AI-augmented model: A consulting engagement bills $300K, staffs 1 senior partner with AI infrastructure for 6 weeks. The client pays for 240 senior hours of strategic thinking augmented by AI-generated research, analysis, and drafting equivalent to 1,200 junior hours.
The client gets:
- 2x more senior judgment (240 hours vs 120 hours)
- Faster delivery (6 weeks vs 12 weeks)
- Lower cost ($300K vs $500K)
- No handoff failures (1 person vs 5-person team)
The senior partner gets:
- Higher hourly realization ($1,250/hr vs $1,100/hr blended)
- Direct impact (their expertise applied to the problem, not filtered through juniors)

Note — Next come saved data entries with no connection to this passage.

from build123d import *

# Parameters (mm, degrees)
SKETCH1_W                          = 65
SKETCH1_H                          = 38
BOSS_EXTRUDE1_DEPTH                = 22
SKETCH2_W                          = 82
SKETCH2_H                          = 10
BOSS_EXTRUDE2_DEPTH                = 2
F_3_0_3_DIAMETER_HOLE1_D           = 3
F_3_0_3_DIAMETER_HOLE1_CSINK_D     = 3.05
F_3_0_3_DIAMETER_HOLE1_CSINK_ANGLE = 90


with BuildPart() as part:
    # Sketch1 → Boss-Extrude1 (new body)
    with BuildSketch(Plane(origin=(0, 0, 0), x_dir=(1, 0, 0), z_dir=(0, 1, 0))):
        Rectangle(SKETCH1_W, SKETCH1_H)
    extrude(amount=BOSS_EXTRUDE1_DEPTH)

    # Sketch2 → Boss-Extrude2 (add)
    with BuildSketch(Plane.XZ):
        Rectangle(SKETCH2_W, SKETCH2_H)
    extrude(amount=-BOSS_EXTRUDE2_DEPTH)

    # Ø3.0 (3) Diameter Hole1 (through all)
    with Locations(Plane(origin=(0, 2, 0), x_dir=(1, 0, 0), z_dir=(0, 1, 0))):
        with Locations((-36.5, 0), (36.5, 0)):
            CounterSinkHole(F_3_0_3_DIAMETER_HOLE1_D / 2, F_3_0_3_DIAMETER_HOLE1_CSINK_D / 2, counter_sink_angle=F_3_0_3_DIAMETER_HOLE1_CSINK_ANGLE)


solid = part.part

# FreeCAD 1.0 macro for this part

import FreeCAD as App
import Part
import Sketcher

doc = App.newDocument("Part")
params = doc.addObject("Spreadsheet::Sheet", "Params")
for row, (alias, value) in enumerate([
    ("sketch1_width", "65 mm"),
    ("sketch1_height", "38 mm"),
    ("pad1_length", "22 mm"),
    ("sketch2_width", "82 mm"),
    ("sketch2_height", "10 mm"),
    ("pad2_length", "2 mm"),
    ("sketch3_diameter", "3 mm"),
    ("hole_diameter", "3 mm"),
    ("hole_csink_diameter", "3.05 mm"),
], start=1):
    params.set(f"A{row}", alias)
    params.set(f"B{row}", "=" + value)
    params.setAlias(f"B{row}", alias)

body = doc.addObject("PartDesign::Body", "Body")

sketch1 = body.newObject("Sketcher::SketchObject", "Sketch")
sketch1.AttachmentSupport = (doc.getObject("XZ_Plane"), [""])
sketch1.MapMode = "FlatFace"
sketch1.addGeometry([
    Part.LineSegment(App.Vector(-32, -19, 0), App.Vector(-32, 19, 0)),
    Part.LineSegment(App.Vector(-32, 19, 0), App.Vector(32, 19, 0)),
    Part.LineSegment(App.Vector(32, 19, 0), App.Vector(32, -19, 0)),
    Part.LineSegment(App.Vector(32, -19, 0), App.Vector(-32, -19, 0)),
], False)
sketch1.addConstraint([
    Sketcher.Constraint("Coincident", 0, 2, 1, 1),
    Sketcher.Constraint("Coincident", 1, 2, 2, 1),
    Sketcher.Constraint("Coincident", 2, 2, 3, 1),
    Sketcher.Constraint("Coincident", 3, 2, 0, 1),
    Sketcher.Constraint("Vertical", 0),
    Sketcher.Constraint("Horizontal", 1),
    Sketcher.Constraint("Vertical", 2),
    Sketcher.Constraint("Horizontal", 3),
    Sketcher.Constraint("Symmetric", 0, 2, 2, 2, -1, 1),
    Sketcher.Constraint("DistanceX", 1, 1, 1, 2, 65.0),
    Sketcher.Constraint("DistanceY", 0, 1, 0, 2, 38.0),
])
sketch1.setExpression("Constraints[9]", "Params.sketch1_width")
sketch1.setExpression("Constraints[10]", "Params.sketch1_height")
pad1 = body.newObject("PartDesign::Pad", "Pad")
pad1.Profile = sketch1
pad1.setExpression("Length", "Params.pad1_length")
pad1.Reversed = True

sketch2 = body.newObject("Sketcher::SketchObject", "Sketch001")
sketch2.AttachmentSupport = (doc.getObject("XZ_Plane"), [""])
sketch2.MapMode = "FlatFace"
sketch2.addGeometry([
    Part.LineSegment(App.Vector(-41, 5, 0), App.Vector(-41, -5, 0)),
    Part.LineSegment(App.Vector(-41, -5, 0), App.Vector(41, -5, 0)),
    Part.LineSegment(App.Vector(41, -5, 0), App.Vector(41, 5, 0)),
    Part.LineSegment(App.Vector(41, 5, 0), App.Vector(-41, 5, 0)),
], False)
sketch2.addConstraint([
    Sketcher.Constraint("Coincident", 0, 2, 1, 1),
    Sketcher.Constraint("Coincident", 1, 2, 2, 1),
    Sketcher.Constraint("Coincident", 2, 2, 3, 1),
    Sketcher.Constraint("Coincident", 3, 2, 0, 1),
    Sketcher.Constraint("Vertical", 0),
    Sketcher.Constraint("Horizontal", 1),
    Sketcher.Constraint("Vertical", 2),
    Sketcher.Constraint("Horizontal", 3),
    Sketcher.Constraint("Symmetric", 0, 2, 2, 2, -1, 1),
    Sketcher.Constraint("DistanceX", 1, 1, 1, 2, 82.0),
    Sketcher.Constraint("DistanceY", 0, 2, 0, 1, 10.0),
])
sketch2.setExpression("Constraints[9]", "Params.sketch2_width")
sketch2.setExpression("Constraints[10]", "Params.sketch2_height")
pad2 = body.newObject("PartDesign::Pad", "Pad001")
pad2.Profile = sketch2
pad2.setExpression("Length", "Params.pad2_length")
pad2.Reversed = True

sketch3 = body.newObject("Sketcher::SketchObject", "Sketch002")
sketch3.AttachmentSupport = (doc.getObject("XZ_Plane"), [""])
sketch3.MapMode = "FlatFace"
sketch3.AttachmentOffset = App.Placement(App.Vector(0, 0, -2), App.Rotation())
sketch3.addGeometry([
    Part.Circle(App.Vector(-36.5, 0, 0), App.Vector(0, 0, 1), 1.5),
    Part.Circle(App.Vector(36.5, 0, 0), App.Vector(0, 0, 1), 1.5),
], False)
sketch3.addConstraint([
    Sketcher.Constraint("Equal", 0, 1),
    Sketcher.Constraint("Symmetric", 0, 3, 1, 3, -1, 1),
    Sketcher.Constraint("PointOnObject", 0, 3, -1),
    Sketcher.Constraint("Diameter", 0, 3.0),
    Sketcher.Constraint("DistanceX", 0, 3, 1, 3, 73.0),
])
sketch3.setExpression("Constraints[3]", "Params.sketch3_diameter")
doc.recompute()
hole = body.newObject("PartDesign::Hole", "Hole")
hole.Profile = sketch3
hole.ThreadType = "None"
hole.setExpression("Diameter", "Params.hole_diameter")
hole.DepthType = "ThroughAll"
hole.HoleCutType = "Countersink"
hole.setExpression("HoleCutDiameter", "Params.hole_csink_diameter")
hole.HoleCutCountersinkAngle = 90
hole.Reversed = True

doc.recompute()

- Reputation alignment (if the project succeeds, they get credit; if it fails, they are accountable)
The firm no longer needs to hire, train, and manage 10 junior analysts per partner. The economic model shifts from leverage through people to leverage through AI.
The bottom line
AI productivity gains are real. But they are not uniform.
A junior consultant using AI gets 43% better at mechanical tasks. A senior partner using AI can produce analytical output equivalent to a team of five.
The difference is not 43%. It is 5x.
The consulting industry will use AI. The question is whether firms will use AI to augment juniors and preserve the pyramid — or whether they will use AI to amplify seniors and eliminate the need for leverage altogether.
At Pertama Partners, we made a choice: AI paired with senior domain expertise. The person doing the work has 10+ years of operating experience. The AI provides the scale that junior analysts used to provide.
The result is faster delivery, better outcomes, and no bait-and-switch.